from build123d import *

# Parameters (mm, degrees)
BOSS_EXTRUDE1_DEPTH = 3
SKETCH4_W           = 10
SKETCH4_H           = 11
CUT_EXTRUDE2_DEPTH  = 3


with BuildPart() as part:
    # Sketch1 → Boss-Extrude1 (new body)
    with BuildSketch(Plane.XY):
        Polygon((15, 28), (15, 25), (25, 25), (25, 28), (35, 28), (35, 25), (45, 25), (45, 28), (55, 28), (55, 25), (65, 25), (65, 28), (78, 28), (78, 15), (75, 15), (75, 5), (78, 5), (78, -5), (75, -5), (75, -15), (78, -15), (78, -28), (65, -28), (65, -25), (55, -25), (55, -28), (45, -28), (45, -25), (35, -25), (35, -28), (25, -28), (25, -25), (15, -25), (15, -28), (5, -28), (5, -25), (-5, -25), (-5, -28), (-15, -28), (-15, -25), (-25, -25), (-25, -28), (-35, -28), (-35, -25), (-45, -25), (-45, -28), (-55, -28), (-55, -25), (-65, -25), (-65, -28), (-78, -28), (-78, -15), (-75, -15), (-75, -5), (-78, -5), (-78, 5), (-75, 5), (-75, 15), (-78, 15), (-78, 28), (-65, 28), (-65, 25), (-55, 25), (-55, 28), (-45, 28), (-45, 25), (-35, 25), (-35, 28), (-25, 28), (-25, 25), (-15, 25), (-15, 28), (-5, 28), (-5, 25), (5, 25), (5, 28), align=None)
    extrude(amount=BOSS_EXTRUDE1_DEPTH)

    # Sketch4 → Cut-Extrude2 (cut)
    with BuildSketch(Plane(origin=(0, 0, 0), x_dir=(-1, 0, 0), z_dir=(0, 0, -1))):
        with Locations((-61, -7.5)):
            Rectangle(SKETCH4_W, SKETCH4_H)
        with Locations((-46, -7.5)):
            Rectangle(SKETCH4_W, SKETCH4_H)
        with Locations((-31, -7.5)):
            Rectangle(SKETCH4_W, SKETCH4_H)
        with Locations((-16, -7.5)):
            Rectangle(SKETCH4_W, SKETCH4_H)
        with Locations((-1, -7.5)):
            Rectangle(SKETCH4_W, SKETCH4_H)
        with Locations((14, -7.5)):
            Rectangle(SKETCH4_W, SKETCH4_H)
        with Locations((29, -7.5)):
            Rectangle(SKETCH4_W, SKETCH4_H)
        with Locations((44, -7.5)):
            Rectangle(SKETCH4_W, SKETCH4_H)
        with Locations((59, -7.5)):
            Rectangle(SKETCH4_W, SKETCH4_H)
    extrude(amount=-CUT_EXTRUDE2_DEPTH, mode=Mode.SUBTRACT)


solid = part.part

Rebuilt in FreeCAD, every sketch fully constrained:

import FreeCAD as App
import Part
import Sketcher
from FreeCAD import Vector
Q = App.Units.Quantity

doc = App.newDocument("Part")
params = doc.addObject("Spreadsheet::Sheet", "Params")
for row, (alias, value) in enumerate([
    ("sketch1_width", "10 mm"),
    ("sketch1_width2", "13 mm"),
    ("sketch1_width3", "3 mm"),
    ("pad1_length", "3 mm"),
    ("sketch2_width", "10 mm"),
    ("sketch2_height", "11 mm"),
    ("pocket1_length", "3 mm"),
], start=1):
    params.set(f"A{row}", alias)
    params.set(f"B{row}", "=" + value)
    params.setAlias(f"B{row}", alias)

body = doc.addObject("PartDesign::Body", "Body")

# Sketch on XY plane
sketch1 = body.newObject("Sketcher::SketchObject", "Sketch")
sketch1.AttachmentSupport = (doc.getObject("XY_Plane"), [""])
sketch1.MapMode = "FlatFace"
sketch1.addGeometry(Part.LineSegment(Vector(15, 25, 0), Vector(15, 28, 0)), False)
sketch1.addGeometry(Part.LineSegment(Vector(15, 28, 0), Vector(5, 28, 0)), False)
sketch1.addGeometry(Part.LineSegment(Vector(5, 28, 0), Vector(5, 25, 0)), False)
sketch1.addGeometry(Part.LineSegment(Vector(5, 25, 0), Vector(-5, 25, 0)), False)
sketch1.addGeometry(Part.LineSegment(Vector(-5, 25, 0), Vector(-5, 28, 0)), False)
sketch1.addGeometry(Part.LineSegment(Vector(-5, 28, 0), Vector(-15, 28, 0)), False)
sketch1.addGeometry(Part.LineSegment(Vector(-15, 28, 0), Vector(-15, 25, 0)), False)
sketch1.addGeometry(Part.LineSegment(Vector(-15, 25, 0), Vector(-25, 25, 0)), False)
sketch1.addGeometry(Part.LineSegment(Vector(-25, 25, 0), Vector(-25, 28, 0)), False)
sketch1.addGeometry(Part.LineSegment(Vector(-25, 28, 0), Vector(-35, 28, 0)), False)
sketch1.addGeometry(Part.LineSegment(Vector(-35, 28, 0), Vector(-35, 25, 0)), False)
sketch1.addGeometry(Part.LineSegment(Vector(-35, 25, 0), Vector(-45, 25, 0)), False)
sketch1.addGeometry(Part.LineSegment(Vector(-45, 25, 0), Vector(-45, 28, 0)), False)
sketch1.addGeometry(Part.LineSegment(Vector(-45, 28, 0), Vector(-55, 28, 0)), False)
sketch1.addGeometry(Part.LineSegment(Vector(-55, 28, 0), Vector(-55, 25, 0)), False)
sketch1.addGeometry(Part.LineSegment(Vector(-55, 25, 0), Vector(-65, 25, 0)), False)
sketch1.addGeometry(Part.LineSegment(Vector(-65, 25, 0), Vector(-65, 28, 0)), False)
sketch1.addGeometry(Part.LineSegment(Vector(-65, 28, 0), Vector(-78, 28, 0)), False)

Task requirements: Print the whole listing above exactly, please.

Written solution:
from build123d import *

# Parameters (mm, degrees)
BOSS_EXTRUDE1_DEPTH = 3
SKETCH4_W           = 10
SKETCH4_H           = 11
CUT_EXTRUDE2_DEPTH  = 3


with BuildPart() as part:
    # Sketch1 → Boss-Extrude1 (new body)
    with BuildSketch(Plane.XY):
        Polygon((15, 28), (15, 25), (25, 25), (25, 28), (35, 28), (35, 25), (45, 25), (45, 28), (55, 28), (55, 25), (65, 25), (65, 28), (78, 28), (78, 15), (75, 15), (75, 5), (78, 5), (78, -5), (75, -5), (75, -15), (78, -15), (78, -28), (65, -28), (65, -25), (55, -25), (55, -28), (45, -28), (45, -25), (35, -25), (35, -28), (25, -28), (25, -25), (15, -25), (15, -28), (5, -28), (5, -25), (-5, -25), (-5, -28), (-15, -28), (-15, -25), (-25, -25), (-25, -28), (-35, -28), (-35, -25), (-45, -25), (-45, -28), (-55, -28), (-55, -25), (-65, -25), (-65, -28), (-78, -28), (-78, -15), (-75, -15), (-75, -5), (-78, -5), (-78, 5), (-75, 5), (-75, 15), (-78, 15), (-78, 28), (-65, 28), (-65, 25), (-55, 25), (-55, 28), (-45, 28), (-45, 25), (-35, 25), (-35, 28), (-25, 28), (-25, 25), (-15, 25), (-15, 28), (-5, 28), (-5, 25), (5, 25), (5, 28), align=None)
    extrude(amount=BOSS_EXTRUDE1_DEPTH)

    # Sketch4 → Cut-Extrude2 (cut)
    with BuildSketch(Plane(origin=(0, 0, 0), x_dir=(-1, 0, 0), z_dir=(0, 0, -1))):
        with Locations((-61, -7.5)):
            Rectangle(SKETCH4_W, SKETCH4_H)
        with Locations((-46, -7.5)):
            Rectangle(SKETCH4_W, SKETCH4_H)
        with Locations((-31, -7.5)):
            Rectangle(SKETCH4_W, SKETCH4_H)
        with Locations((-16, -7.5)):
            Rectangle(SKETCH4_W, SKETCH4_H)
        with Locations((-1, -7.5)):
            Rectangle(SKETCH4_W, SKETCH4_H)
        with Locations((14, -7.5)):
            Rectangle(SKETCH4_W, SKETCH4_H)
        with Locations((29, -7.5)):
            Rectangle(SKETCH4_W, SKETCH4_H)
        with Locations((44, -7.5)):
            Rectangle(SKETCH4_W, SKETCH4_H)
        with Locations((59, -7.5)):
            Rectangle(SKETCH4_W, SKETCH4_H)
    extrude(amount=-CUT_EXTRUDE2_DEPTH, mode=Mode.SUBTRACT)


solid = part.part

Rebuilt in FreeCAD, every sketch fully constrained:

import FreeCAD as App
import Part
import Sketcher
from FreeCAD import Vector
Q = App.Units.Quantity

doc = App.newDocument("Part")
params = doc.addObject("Spreadsheet::Sheet", "Params")
for row, (alias, value) in enumerate([
    ("sketch1_width", "10 mm"),
    ("sketch1_width2", "13 mm"),
    ("sketch1_width3", "3 mm"),
    ("pad1_length", "3 mm"),
    ("sketch2_width", "10 mm"),
    ("sketch2_height", "11 mm"),
    ("pocket1_length", "3 mm"),
], start=1):
    params.set(f"A{row}", alias)
    params.set(f"B{row}", "=" + value)
    params.setAlias(f"B{row}", alias)

body = doc.addObject("PartDesign::Body", "Body")

# Sketch on XY plane
sketch1 = body.newObject("Sketcher::SketchObject", "Sketch")
sketch1.AttachmentSupport = (doc.getObject("XY_Plane"), [""])
sketch1.MapMode = "FlatFace"
sketch1.addGeometry(Part.LineSegment(Vector(15, 25, 0), Vector(15, 28, 0)), False)
sketch1.addGeometry(Part.LineSegment(Vector(15, 28, 0), Vector(5, 28, 0)), False)
sketch1.addGeometry(Part.LineSegment(Vector(5, 28, 0), Vector(5, 25, 0)), False)
sketch1.addGeometry(Part.LineSegment(Vector(5, 25, 0), Vector(-5, 25, 0)), False)
sketch1.addGeometry(Part.LineSegment(Vector(-5, 25, 0), Vector(-5, 28, 0)), False)
sketch1.addGeometry(Part.LineSegment(Vector(-5, 28, 0), Vector(-15, 28, 0)), False)
sketch1.addGeometry(Part.LineSegment(Vector(-15, 28, 0), Vector(-15, 25, 0)), False)
sketch1.addGeometry(Part.LineSegment(Vector(-15, 25, 0), Vector(-25, 25, 0)), False)
sketch1.addGeometry(Part.LineSegment(Vector(-25, 25, 0), Vector(-25, 28, 0)), False)
sketch1.addGeometry(Part.LineSegment(Vector(-25, 28, 0), Vector(-35, 28, 0)), False)
sketch1.addGeometry(Part.LineSegment(Vector(-35, 28, 0), Vector(-35, 25, 0)), False)
sketch1.addGeometry(Part.LineSegment(Vector(-35, 25, 0), Vector(-45, 25, 0)), False)
sketch1.addGeometry(Part.LineSegment(Vector(-45, 25, 0), Vector(-45, 28, 0)), False)
sketch1.addGeometry(Part.LineSegment(Vector(-45, 28, 0), Vector(-55, 28, 0)), False)
sketch1.addGeometry(Part.LineSegment(Vector(-55, 28, 0), Vector(-55, 25, 0)), False)
sketch1.addGeometry(Part.LineSegment(Vector(-55, 25, 0), Vector(-65, 25, 0)), False)
sketch1.addGeometry(Part.LineSegment(Vector(-65, 25, 0), Vector(-65, 28, 0)), False)
sketch1.addGeometry(Part.LineSegment(Vector(-65, 28, 0), Vector(-78, 28, 0)), False)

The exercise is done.